» Work instruction:
Say nothing but the number of lines below in which the string "with" appears.

------ Supplied material

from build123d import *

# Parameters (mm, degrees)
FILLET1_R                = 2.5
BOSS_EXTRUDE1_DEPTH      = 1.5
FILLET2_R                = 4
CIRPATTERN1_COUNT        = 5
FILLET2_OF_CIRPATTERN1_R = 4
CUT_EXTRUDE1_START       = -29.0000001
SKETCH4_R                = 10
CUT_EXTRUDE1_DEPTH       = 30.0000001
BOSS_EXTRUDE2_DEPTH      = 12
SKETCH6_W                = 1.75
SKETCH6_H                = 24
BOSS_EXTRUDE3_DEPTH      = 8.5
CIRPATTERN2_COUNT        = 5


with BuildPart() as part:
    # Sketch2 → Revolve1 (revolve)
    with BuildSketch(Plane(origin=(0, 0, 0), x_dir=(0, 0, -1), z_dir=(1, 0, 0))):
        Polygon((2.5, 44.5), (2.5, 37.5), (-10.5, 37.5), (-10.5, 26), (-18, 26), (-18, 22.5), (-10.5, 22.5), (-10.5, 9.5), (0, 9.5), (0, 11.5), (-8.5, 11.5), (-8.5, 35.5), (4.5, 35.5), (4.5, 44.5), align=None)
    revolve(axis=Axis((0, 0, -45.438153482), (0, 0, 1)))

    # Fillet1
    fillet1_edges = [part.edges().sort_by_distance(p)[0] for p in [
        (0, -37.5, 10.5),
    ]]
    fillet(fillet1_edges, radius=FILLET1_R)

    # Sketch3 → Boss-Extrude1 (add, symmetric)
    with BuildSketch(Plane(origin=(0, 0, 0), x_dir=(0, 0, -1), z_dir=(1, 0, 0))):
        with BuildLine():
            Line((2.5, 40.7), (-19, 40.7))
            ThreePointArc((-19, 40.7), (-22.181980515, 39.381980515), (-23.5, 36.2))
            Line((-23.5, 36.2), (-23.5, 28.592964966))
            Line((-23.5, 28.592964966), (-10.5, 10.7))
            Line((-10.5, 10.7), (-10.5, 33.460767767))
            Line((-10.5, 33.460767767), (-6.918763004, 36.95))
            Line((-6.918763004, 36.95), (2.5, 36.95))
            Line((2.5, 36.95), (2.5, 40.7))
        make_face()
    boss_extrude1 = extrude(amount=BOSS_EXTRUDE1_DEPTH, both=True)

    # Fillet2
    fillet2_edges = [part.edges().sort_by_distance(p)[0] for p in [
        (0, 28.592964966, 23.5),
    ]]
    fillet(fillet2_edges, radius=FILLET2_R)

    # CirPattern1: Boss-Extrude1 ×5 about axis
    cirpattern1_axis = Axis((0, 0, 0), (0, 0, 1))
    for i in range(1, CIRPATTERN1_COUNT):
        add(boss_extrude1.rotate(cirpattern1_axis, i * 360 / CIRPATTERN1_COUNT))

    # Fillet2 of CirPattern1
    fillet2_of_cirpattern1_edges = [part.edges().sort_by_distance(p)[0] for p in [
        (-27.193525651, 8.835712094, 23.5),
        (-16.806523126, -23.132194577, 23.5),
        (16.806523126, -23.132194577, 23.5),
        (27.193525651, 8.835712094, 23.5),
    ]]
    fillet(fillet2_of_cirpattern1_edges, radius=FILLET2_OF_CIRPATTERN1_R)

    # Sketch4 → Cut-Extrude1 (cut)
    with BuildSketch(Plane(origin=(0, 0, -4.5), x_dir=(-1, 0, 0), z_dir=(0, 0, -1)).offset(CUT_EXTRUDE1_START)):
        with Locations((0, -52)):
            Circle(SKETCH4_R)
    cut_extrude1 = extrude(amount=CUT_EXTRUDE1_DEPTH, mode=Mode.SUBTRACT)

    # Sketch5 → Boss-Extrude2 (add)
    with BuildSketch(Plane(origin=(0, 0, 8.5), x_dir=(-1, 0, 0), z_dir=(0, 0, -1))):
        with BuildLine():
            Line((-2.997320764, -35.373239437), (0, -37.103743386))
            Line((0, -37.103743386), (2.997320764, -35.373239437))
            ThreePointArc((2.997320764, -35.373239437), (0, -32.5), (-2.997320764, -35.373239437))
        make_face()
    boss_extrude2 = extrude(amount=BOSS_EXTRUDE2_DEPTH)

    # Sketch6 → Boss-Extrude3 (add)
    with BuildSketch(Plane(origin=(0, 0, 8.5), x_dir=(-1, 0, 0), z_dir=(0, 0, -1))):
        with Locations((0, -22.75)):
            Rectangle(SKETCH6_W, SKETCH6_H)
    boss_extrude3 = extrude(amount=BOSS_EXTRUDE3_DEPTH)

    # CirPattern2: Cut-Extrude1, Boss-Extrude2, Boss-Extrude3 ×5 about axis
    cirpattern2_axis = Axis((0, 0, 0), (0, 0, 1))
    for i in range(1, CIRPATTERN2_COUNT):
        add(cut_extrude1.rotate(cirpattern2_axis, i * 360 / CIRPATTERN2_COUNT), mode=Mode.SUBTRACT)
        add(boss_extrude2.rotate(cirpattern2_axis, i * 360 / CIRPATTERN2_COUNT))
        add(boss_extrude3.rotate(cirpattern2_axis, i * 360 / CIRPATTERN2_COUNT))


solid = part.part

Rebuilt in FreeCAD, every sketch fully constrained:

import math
import FreeCAD as App
import Part
import Sketcher
from FreeCAD import Vector
Q = App.Units.Quantity


def edges_at(feature, points):
    """Names of the edges that pass closest to the given points."""
    edges = feature.Shape.Edges
    near = lambda p: min(range(len(edges)), key=lambda i: edges[i].distToShape(Part.Vertex(*p))[0])
    return sorted({f"Edge{near(p) + 1}" for p in points})


def add_polygon(sketch, points):
    """Adds a closed chain of lines whose ends are joined by coincident constraints."""
    first, n = sketch.GeometryCount, len(points)
    for a, b in zip(points, points[1:] + points[:1]):
        sketch.addGeometry(Part.LineSegment(App.Vector(*a, 0), App.Vector(*b, 0)), False)
    for i in range(n):
        sketch.addConstraint(Sketcher.Constraint("Coincident", first + i, 2, first + (i + 1) % n, 1))

doc = App.newDocument("Part")
body = doc.addObject("PartDesign::Body", "Body")

sketch1 = body.newObject("Sketcher::SketchObject", "Sketch")
sketch1.AttachmentSupport = (doc.getObject("YZ_Plane"), [""])
sketch1.MapMode = "FlatFace"
add_polygon(sketch1, [(44.5, -2.5), (37.5, -2.5), (37.5, 10.5), (26, 10.5), (26, 18), (22.5, 18), (22.5, 10.5), (9.5, 10.5), (9.5, 0), (11.5, 0), (11.5, 8.5), (35.5, 8.5), (35.5, -4.5), (44.5, -4.5)])
sketch1.addConstraint(Sketcher.Constraint("Horizontal", 0))
sketch1.addConstraint(Sketcher.Constraint("Vertical", 1))
sketch1.addConstraint(Sketcher.Constraint("Horizontal", 2))
sketch1.addConstraint(Sketcher.Constraint("Vertical", 3))
sketch1.addConstraint(Sketcher.Constraint("Horizontal", 4))
sketch1.addConstraint(Sketcher.Constraint("Vertical", 5))
sketch1.addConstraint(Sketcher.Constraint("Horizontal", 6))
sketch1.addConstraint(Sketcher.Constraint("Vertical", 7))
sketch1.addConstraint(Sketcher.Constraint("Horizontal", 8))
sketch1.addConstraint(Sketcher.Constraint("Vertical", 9))
sketch1.addConstraint(Sketcher.Constraint("Horizontal", 10))
sketch1.addConstraint(Sketcher.Constraint("Vertical", 11))
sketch1.addConstraint(Sketcher.Constraint("Horizontal", 12))
sketch1.addConstraint(Sketcher.Constraint("Vertical", 13))
sketch1.addConstraint(Sketcher.Constraint("PointOnObject", 7, 2, -1))
sketch1.addConstraint(Sketcher.Constraint("Horizontal", 2, 2, 5, 2))
sketch1.addConstraint(Sketcher.Constraint("Equal", 6, 1))
sketch1.addConstraint(Sketcher.Constraint("Equal", 1, 11))
sketch1.addConstraint(Sketcher.Constraint("Equal", 8, 13))
sketch1.addConstraint(Sketcher.Constraint("DistanceX", 0, 2, 0, 1, Q("7 mm")))
sketch1.addConstraint(Sketcher.Constraint("DistanceX", 6, 2, 6, 1, Q("13 mm")))
sketch1.addConstraint(Sketcher.Constraint("DistanceX", 8, 1, 8, 2, Q("2 mm")))
sketch1.addConstraint(Sketcher.Constraint("DistanceX", 10, 1, 10, 2, Q("24 mm")))
sketch1.addConstraint(Sketcher.Constraint("DistanceX", 12, 1, 12, 2, Q("9 mm")))
sketch1.addConstraint(Sketcher.Constraint("DistanceX", 2, 2, 2, 1, Q("11.5 mm")))
sketch1.addConstraint(Sketcher.Constraint("DistanceY", 3, 1, 3, 2, Q("7.5 mm")))
sketch1.addConstraint(Sketcher.Constraint("DistanceY", 7, 2, 7, 1, Q("10.5 mm")))
sketch1.addConstraint(Sketcher.Constraint("DistanceX", -1, 1, 2, 2, Q("26 mm")))
revolution = body.newObject("PartDesign::Revolution", "Revolution")
revolution.Profile = sketch1
revolution.ReferenceAxis = (sketch1, ["V_Axis"])
revolution.Angle = 360
doc.recompute()

fillet = body.newObject("PartDesign::Fillet", "Fillet")
fillet.Base = (revolution, edges_at(revolution, [(0, -37.5, 10.5)]))
fillet.Radius = 2.5

sketch2 = body.newObject("Sketcher::SketchObject", "Sketch001")
sketch2.AttachmentSupport = (doc.getObject("YZ_Plane"), [""])
sketch2.MapMode = "FlatFace"
sketch2.addGeometry(Part.LineSegment(Vector(40.7, -2.5, 0), Vector(40.7, 19, 0)), False)
sketch2.addGeometry(Part.ArcOfCircle(Part.Circle(Vector(36.2, 19, 0), Vector(0, 0, 1), 4.5), math.radians(0), math.radians(90)), False)
sketch2.addGeometry(Part.LineSegment(Vector(36.2, 23.5, 0), Vector(28.6, 23.5, 0)), False)
sketch2.addGeometry(Part.LineSegment(Vector(28.6, 23.5, 0), Vector(10.7, 10.5, 0)), False)
sketch2.addGeometry(Part.LineSegment(Vector(10.7, 10.5, 0), Vector(33.5, 10.5, 0)), False)
sketch2.addGeometry(Part.LineSegment(Vector(33.5, 10.5, 0), Vector(37, 6.9, 0)), False)
sketch2.addGeometry(Part.LineSegment(Vector(37, 6.9, 0), Vector(37, -2.5, 0)), False)
sketch2.addGeometry(Part.LineSegment(Vector(37, -2.5, 0), Vector(40.7, -2.5, 0)), False)
sketch2.addConstraint(Sketcher.Constraint("Tangent", 0, 2, 1, 1))
sketch2.addConstraint(Sketcher.Constraint("Tangent", 1, 2, 2, 1))
sketch2.addConstraint(Sketcher.Constraint("Coincident", 2, 2, 3, 1))
sketch2.addConstraint(Sketcher.Constraint("Coincident", 3, 2, 4, 1))
sketch2.addConstraint(Sketcher.Constraint("Coincident", 4, 2, 5, 1))
sketch2.addConstraint(Sketcher.Constraint("Coincident", 5, 2, 6, 1))
sketch2.addConstraint(Sketcher.Constraint("Coincident", 6, 2, 7, 1))
sketch2.addConstraint(Sketcher.Constraint("Coincident", 7, 2, 0, 1))
sketch2.addConstraint(Sketcher.Constraint("Vertical", 0))
sketch2.addConstraint(Sketcher.Constraint("Horizontal", 2))
sketch2.addConstraint(Sketcher.Constraint("Horizontal", 4))
sketch2.addConstraint(Sketcher.Constraint("Vertical", 6))
sketch2.addConstraint(Sketcher.Constraint("Horizontal", 7))
sketch2.addConstraint(Sketcher.Constraint("Radius", 1, Q("4.5 mm")))
sketch2.addConstraint(Sketcher.Constraint("Angle", 3, Q("-144 deg")))
sketch2.addConstraint(Sketcher.Constraint("Distance", 5, Q("5 mm")))
sketch2.addConstraint(Sketcher.Constraint("DistanceY", 0, 1, 0, 2, Q("21.5 mm")))
sketch2.addConstraint(Sketcher.Constraint("DistanceY", -1, 1, 1, 3, Q("19 mm")))
sketch2.addConstraint(Sketcher.Constraint("DistanceY", 3, 2, 2, 2, Q("13 mm")))
sketch2.addConstraint(Sketcher.Constraint("DistanceX", 3, 2, 0, 2, Q("30 mm")))
sketch2.addConstraint(Sketcher.Constraint("DistanceX", 7, 1, 7, 2, Q("3.75 mm")))
sketch2.addConstraint(Sketcher.Constraint("DistanceX", -1, 1, 1, 3, Q("36.2 mm")))
sketch2.addConstraint(Sketcher.Constraint("DistanceX", 4, 1, 4, 2, Q("22.760768 mm")))
pad1 = body.newObject("PartDesign::Pad", "Pad")
pad1.Profile = sketch2
pad1.Length = 3
pad1.Midplane = True
doc.recompute()

fillet2 = body.newObject("PartDesign::Fillet", "Fillet001")
fillet2.Base = (pad1, edges_at(pad1, [(0, 28.593, 23.5)]))
fillet2.Radius = 4
doc.recompute()

polarpattern = body.newObject("PartDesign::PolarPattern", "PolarPattern")
polarpattern.Originals = [pad1]
polarpattern.Axis = (doc.getObject("Z_Axis"), [""])
polarpattern.Angle = 360
polarpattern.Occurrences = 5
body.Tip = polarpattern
doc.recompute()

fillet3 = body.newObject("PartDesign::Fillet", "Fillet002")
fillet3.Base = (polarpattern, edges_at(polarpattern, [
    (-27.194, 8.836, 23.5),
    (-16.807, -23.132, 23.5),
    (16.807, -23.132, 23.5),
    (27.194, 8.836, 23.5),
]))
fillet3.Radius = 4

sketch3 = body.newObject("Sketcher::SketchObject", "Sketch002")
sketch3.AttachmentSupport = (doc.getObject("XY_Plane"), [""])
sketch3.MapMode = "FlatFace"
sketch3.AttachmentOffset = App.Placement(Vector(0, 0, 24.5), App.Rotation())
sketch3.addGeometry(Part.Circle(Vector(0, -52, 0), Vector(0, 0, 1), 10), False)
sketch3.addConstraint(Sketcher.Constraint("PointOnObject", 0, 3, -2))
sketch3.addConstraint(Sketcher.Constraint("Diameter", 0, Q("20 mm")))
sketch3.addConstraint(Sketcher.Constraint("DistanceY", 0, 3, -1, 1, Q("52 mm")))
pocket1 = body.newObject("PartDesign::Pocket", "Pocket")
pocket1.Profile = sketch3
pocket1.Length = 30

sketch4 = body.newObject("Sketcher::SketchObject", "Sketch003")
sketch4.AttachmentSupport = (doc.getObject("XY_Plane"), [""])
sketch4.MapMode = "FlatFace"
sketch4.AttachmentOffset = App.Placement(Vector(0, 0, 8.5), App.Rotation())
sketch4.addGeometry(Part.LineSegment(Vector(3, -35.4, 0), Vector(0, -37.1, 0)), False)
sketch4.addGeometry(Part.LineSegment(Vector(0, -37.1, 0), Vector(-3, -35.4, 0)), False)
sketch4.addGeometry(Part.ArcOfCircle(Part.Circle(Vector(0, -35.5, 0), Vector(0, 0, 1), 3), math.radians(2), math.radians(178)), False)
sketch4.addConstraint(Sketcher.Constraint("Coincident", 0, 2, 1, 1))
sketch4.addConstraint(Sketcher.Constraint("Coincident", 1, 2, 2, 2))
sketch4.addConstraint(Sketcher.Constraint("Coincident", 2, 1, 0, 1))
sketch4.addConstraint(Sketcher.Constraint("Symmetric", 1, 2, 2, 1, -2))
sketch4.addConstraint(Sketcher.Constraint("PointOnObject", 0, 2, -2))
sketch4.addConstraint(Sketcher.Constraint("Radius", 2, Q("3 mm")))
sketch4.addConstraint(Sketcher.Constraint("Angle", 0, Q("-150 deg")))
sketch4.addConstraint(Sketcher.Constraint("DistanceY", 2, 3, -1, 1, Q("35.5 mm")))
sketch4.addConstraint(Sketcher.Constraint("DistanceX", 1, 2, -1, 1, Q("2.997321 mm")))
pad2 = body.newObject("PartDesign::Pad", "Pad001")
pad2.Profile = sketch4
pad2.Length = 12
pad2.Reversed = True

sketch5 = body.newObject("Sketcher::SketchObject", "Sketch004")
sketch5.AttachmentSupport = (doc.getObject("XY_Plane"), [""])
sketch5.MapMode = "FlatFace"
sketch5.AttachmentOffset = App.Placement(Vector(0, 0, 8.5), App.Rotation())
add_polygon(sketch5, [(0.9, -10.8), (0.9, -34.8), (-0.9, -34.8), (-0.9, -10.8)])
sketch5.addConstraint(Sketcher.Constraint("Vertical", 0))
sketch5.addConstraint(Sketcher.Constraint("Horizontal", 1))
sketch5.addConstraint(Sketcher.Constraint("Vertical", 2))
sketch5.addConstraint(Sketcher.Constraint("Horizontal", 3))
sketch5.addConstraint(Sketcher.Constraint("DistanceY", 0, 2, 0, 1, Q("24 mm")))
sketch5.addConstraint(Sketcher.Constraint("DistanceX", 1, 2, 1, 1, Q("1.75 mm")))
sketch5.addConstraint(Sketcher.Constraint("DistanceY", 0, 2, -1, 1, Q("34.75 mm")))
sketch5.addConstraint(Sketcher.Constraint("DistanceX", -1, 1, 0, 2, Q("0.875 mm")))
pad3 = body.newObject("PartDesign::Pad", "Pad002")
pad3.Profile = sketch5
pad3.Length = 8.5
pad3.Reversed = True
doc.recompute()

polarpattern2 = body.newObject("PartDesign::PolarPattern", "PolarPattern001")
polarpattern2.Originals = [pocket1, pad2, pad3]
polarpattern2.Axis = (doc.getObject("Z_Axis"), [""])
polarpattern2.Angle = 360
polarpattern2.Occurrences = 5
body.Tip = polarpattern2

doc.recompute()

------------

» Expected output:
10